═══ PROVIDED DATA ═══

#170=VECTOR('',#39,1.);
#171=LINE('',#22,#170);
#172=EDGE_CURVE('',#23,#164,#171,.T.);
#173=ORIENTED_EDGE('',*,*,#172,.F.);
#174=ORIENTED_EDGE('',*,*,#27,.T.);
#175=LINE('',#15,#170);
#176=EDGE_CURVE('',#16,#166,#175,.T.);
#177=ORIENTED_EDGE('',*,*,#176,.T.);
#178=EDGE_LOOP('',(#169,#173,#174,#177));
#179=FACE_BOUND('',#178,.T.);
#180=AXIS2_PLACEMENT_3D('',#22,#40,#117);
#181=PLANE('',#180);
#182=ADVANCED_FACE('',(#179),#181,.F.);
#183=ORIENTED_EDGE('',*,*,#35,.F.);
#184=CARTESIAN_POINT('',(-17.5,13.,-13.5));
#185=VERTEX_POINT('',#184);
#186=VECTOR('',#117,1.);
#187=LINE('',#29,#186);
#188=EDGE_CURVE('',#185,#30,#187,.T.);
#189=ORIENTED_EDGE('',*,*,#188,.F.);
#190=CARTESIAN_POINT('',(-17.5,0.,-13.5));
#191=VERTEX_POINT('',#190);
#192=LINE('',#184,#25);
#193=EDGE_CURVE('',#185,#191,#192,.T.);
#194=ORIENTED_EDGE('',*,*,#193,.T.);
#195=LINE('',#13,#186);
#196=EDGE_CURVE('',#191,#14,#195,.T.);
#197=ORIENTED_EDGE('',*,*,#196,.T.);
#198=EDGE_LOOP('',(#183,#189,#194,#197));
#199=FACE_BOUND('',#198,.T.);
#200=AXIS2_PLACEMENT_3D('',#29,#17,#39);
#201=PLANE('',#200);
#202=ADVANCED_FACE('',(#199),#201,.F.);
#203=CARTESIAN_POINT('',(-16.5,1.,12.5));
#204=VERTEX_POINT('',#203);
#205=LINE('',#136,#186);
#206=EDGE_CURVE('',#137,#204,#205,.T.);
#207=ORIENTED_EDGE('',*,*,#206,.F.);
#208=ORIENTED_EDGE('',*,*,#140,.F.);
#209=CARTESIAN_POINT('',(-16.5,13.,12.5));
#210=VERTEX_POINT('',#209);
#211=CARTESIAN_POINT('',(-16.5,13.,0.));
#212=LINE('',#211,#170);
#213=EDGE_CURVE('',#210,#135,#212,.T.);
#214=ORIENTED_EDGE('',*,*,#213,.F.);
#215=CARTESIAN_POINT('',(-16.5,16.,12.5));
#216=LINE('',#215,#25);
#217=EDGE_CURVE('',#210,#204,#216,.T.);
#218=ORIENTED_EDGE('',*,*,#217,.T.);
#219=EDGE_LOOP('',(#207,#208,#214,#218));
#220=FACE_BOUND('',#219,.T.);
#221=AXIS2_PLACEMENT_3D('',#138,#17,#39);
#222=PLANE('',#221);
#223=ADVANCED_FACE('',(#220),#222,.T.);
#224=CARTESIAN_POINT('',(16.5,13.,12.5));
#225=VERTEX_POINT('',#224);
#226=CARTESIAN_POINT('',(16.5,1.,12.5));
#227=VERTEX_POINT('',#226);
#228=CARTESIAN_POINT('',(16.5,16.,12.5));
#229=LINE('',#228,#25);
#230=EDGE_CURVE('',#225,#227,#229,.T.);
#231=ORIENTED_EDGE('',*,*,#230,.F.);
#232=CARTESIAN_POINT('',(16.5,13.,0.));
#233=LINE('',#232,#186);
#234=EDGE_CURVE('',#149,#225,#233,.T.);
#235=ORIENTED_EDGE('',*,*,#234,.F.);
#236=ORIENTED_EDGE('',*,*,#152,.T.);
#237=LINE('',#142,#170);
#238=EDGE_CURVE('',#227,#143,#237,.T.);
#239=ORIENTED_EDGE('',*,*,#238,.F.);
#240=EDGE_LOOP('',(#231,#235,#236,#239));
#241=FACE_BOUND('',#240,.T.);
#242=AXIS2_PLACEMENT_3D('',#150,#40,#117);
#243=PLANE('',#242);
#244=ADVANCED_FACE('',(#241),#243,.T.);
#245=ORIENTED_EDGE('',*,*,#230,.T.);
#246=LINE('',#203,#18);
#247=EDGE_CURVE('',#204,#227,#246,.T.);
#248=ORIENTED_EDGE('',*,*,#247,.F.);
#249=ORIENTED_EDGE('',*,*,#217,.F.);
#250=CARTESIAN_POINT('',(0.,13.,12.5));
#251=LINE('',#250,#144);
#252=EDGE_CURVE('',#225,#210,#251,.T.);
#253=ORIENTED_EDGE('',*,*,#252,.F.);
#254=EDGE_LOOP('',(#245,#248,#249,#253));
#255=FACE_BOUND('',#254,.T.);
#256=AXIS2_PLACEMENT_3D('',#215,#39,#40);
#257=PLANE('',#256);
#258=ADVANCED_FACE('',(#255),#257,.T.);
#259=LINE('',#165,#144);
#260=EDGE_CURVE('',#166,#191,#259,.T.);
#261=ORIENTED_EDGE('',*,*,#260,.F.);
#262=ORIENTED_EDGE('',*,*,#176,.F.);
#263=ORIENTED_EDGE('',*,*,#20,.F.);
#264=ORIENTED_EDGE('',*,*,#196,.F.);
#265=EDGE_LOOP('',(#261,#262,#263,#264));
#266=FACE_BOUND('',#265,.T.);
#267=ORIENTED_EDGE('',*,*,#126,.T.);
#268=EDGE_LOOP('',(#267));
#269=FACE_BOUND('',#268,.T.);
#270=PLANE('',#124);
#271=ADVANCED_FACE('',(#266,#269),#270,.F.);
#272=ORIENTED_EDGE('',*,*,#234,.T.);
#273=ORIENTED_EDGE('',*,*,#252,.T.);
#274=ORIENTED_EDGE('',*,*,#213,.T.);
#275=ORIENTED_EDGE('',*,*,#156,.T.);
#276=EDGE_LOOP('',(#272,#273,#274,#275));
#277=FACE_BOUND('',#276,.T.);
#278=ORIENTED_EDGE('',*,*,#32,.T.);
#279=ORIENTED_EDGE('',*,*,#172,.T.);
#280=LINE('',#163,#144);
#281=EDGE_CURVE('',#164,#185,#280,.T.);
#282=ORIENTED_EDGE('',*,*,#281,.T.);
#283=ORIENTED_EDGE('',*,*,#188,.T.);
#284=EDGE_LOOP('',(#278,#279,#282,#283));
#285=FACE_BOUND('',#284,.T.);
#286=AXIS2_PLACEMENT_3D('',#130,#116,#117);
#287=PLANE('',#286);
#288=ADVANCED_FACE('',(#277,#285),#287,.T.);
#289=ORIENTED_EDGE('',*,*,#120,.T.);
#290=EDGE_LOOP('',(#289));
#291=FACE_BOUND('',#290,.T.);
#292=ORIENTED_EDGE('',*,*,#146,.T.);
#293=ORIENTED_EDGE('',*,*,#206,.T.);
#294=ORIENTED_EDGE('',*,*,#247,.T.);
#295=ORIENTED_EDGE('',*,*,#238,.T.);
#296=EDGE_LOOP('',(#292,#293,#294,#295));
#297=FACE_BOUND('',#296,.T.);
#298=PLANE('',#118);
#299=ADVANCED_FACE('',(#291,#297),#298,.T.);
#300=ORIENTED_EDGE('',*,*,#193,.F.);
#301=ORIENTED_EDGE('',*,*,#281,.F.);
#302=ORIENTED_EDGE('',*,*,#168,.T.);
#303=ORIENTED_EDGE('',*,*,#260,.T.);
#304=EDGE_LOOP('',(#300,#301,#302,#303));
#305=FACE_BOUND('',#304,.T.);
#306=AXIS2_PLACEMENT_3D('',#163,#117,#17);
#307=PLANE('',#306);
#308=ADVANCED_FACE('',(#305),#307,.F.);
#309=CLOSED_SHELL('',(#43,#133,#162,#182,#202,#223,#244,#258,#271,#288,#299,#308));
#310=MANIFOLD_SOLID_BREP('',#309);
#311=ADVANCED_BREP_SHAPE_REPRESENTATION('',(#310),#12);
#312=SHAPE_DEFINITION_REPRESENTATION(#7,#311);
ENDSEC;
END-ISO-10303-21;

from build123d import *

═══

## EXERCISE:
In the entries above, find the line with "#173=ORIENTED_EDGE('',*,*,#172,.F.);" and the line with "#197=ORIENTED_EDGE('',*,*,#196,.T.);", then restate word for word both of them and every line between, with nothing more.

## EXERCISE OUTPUT:
#173=ORIENTED_EDGE('',*,*,#172,.F.);
#174=ORIENTED_EDGE('',*,*,#27,.T.);
#175=LINE('',#15,#170);
#176=EDGE_CURVE('',#16,#166,#175,.T.);
#177=ORIENTED_EDGE('',*,*,#176,.T.);
#178=EDGE_LOOP('',(#169,#173,#174,#177));
#179=FACE_BOUND('',#178,.T.);
#180=AXIS2_PLACEMENT_3D('',#22,#40,#117);
#181=PLANE('',#180);
#182=ADVANCED_FACE('',(#179),#181,.F.);
#183=ORIENTED_EDGE('',*,*,#35,.F.);
#184=CARTESIAN_POINT('',(-17.5,13.,-13.5));
#185=VERTEX_POINT('',#184);
#186=VECTOR('',#117,1.);
#187=LINE('',#29,#186);
#188=EDGE_CURVE('',#185,#30,#187,.T.);
#189=ORIENTED_EDGE('',*,*,#188,.F.);
#190=CARTESIAN_POINT('',(-17.5,0.,-13.5));
#191=VERTEX_POINT('',#190);
#192=LINE('',#184,#25);
#193=EDGE_CURVE('',#185,#191,#192,.T.);
#194=ORIENTED_EDGE('',*,*,#193,.T.);
#195=LINE('',#13,#186);
#196=EDGE_CURVE('',#191,#14,#195,.T.);
#197=ORIENTED_EDGE('',*,*,#196,.T.);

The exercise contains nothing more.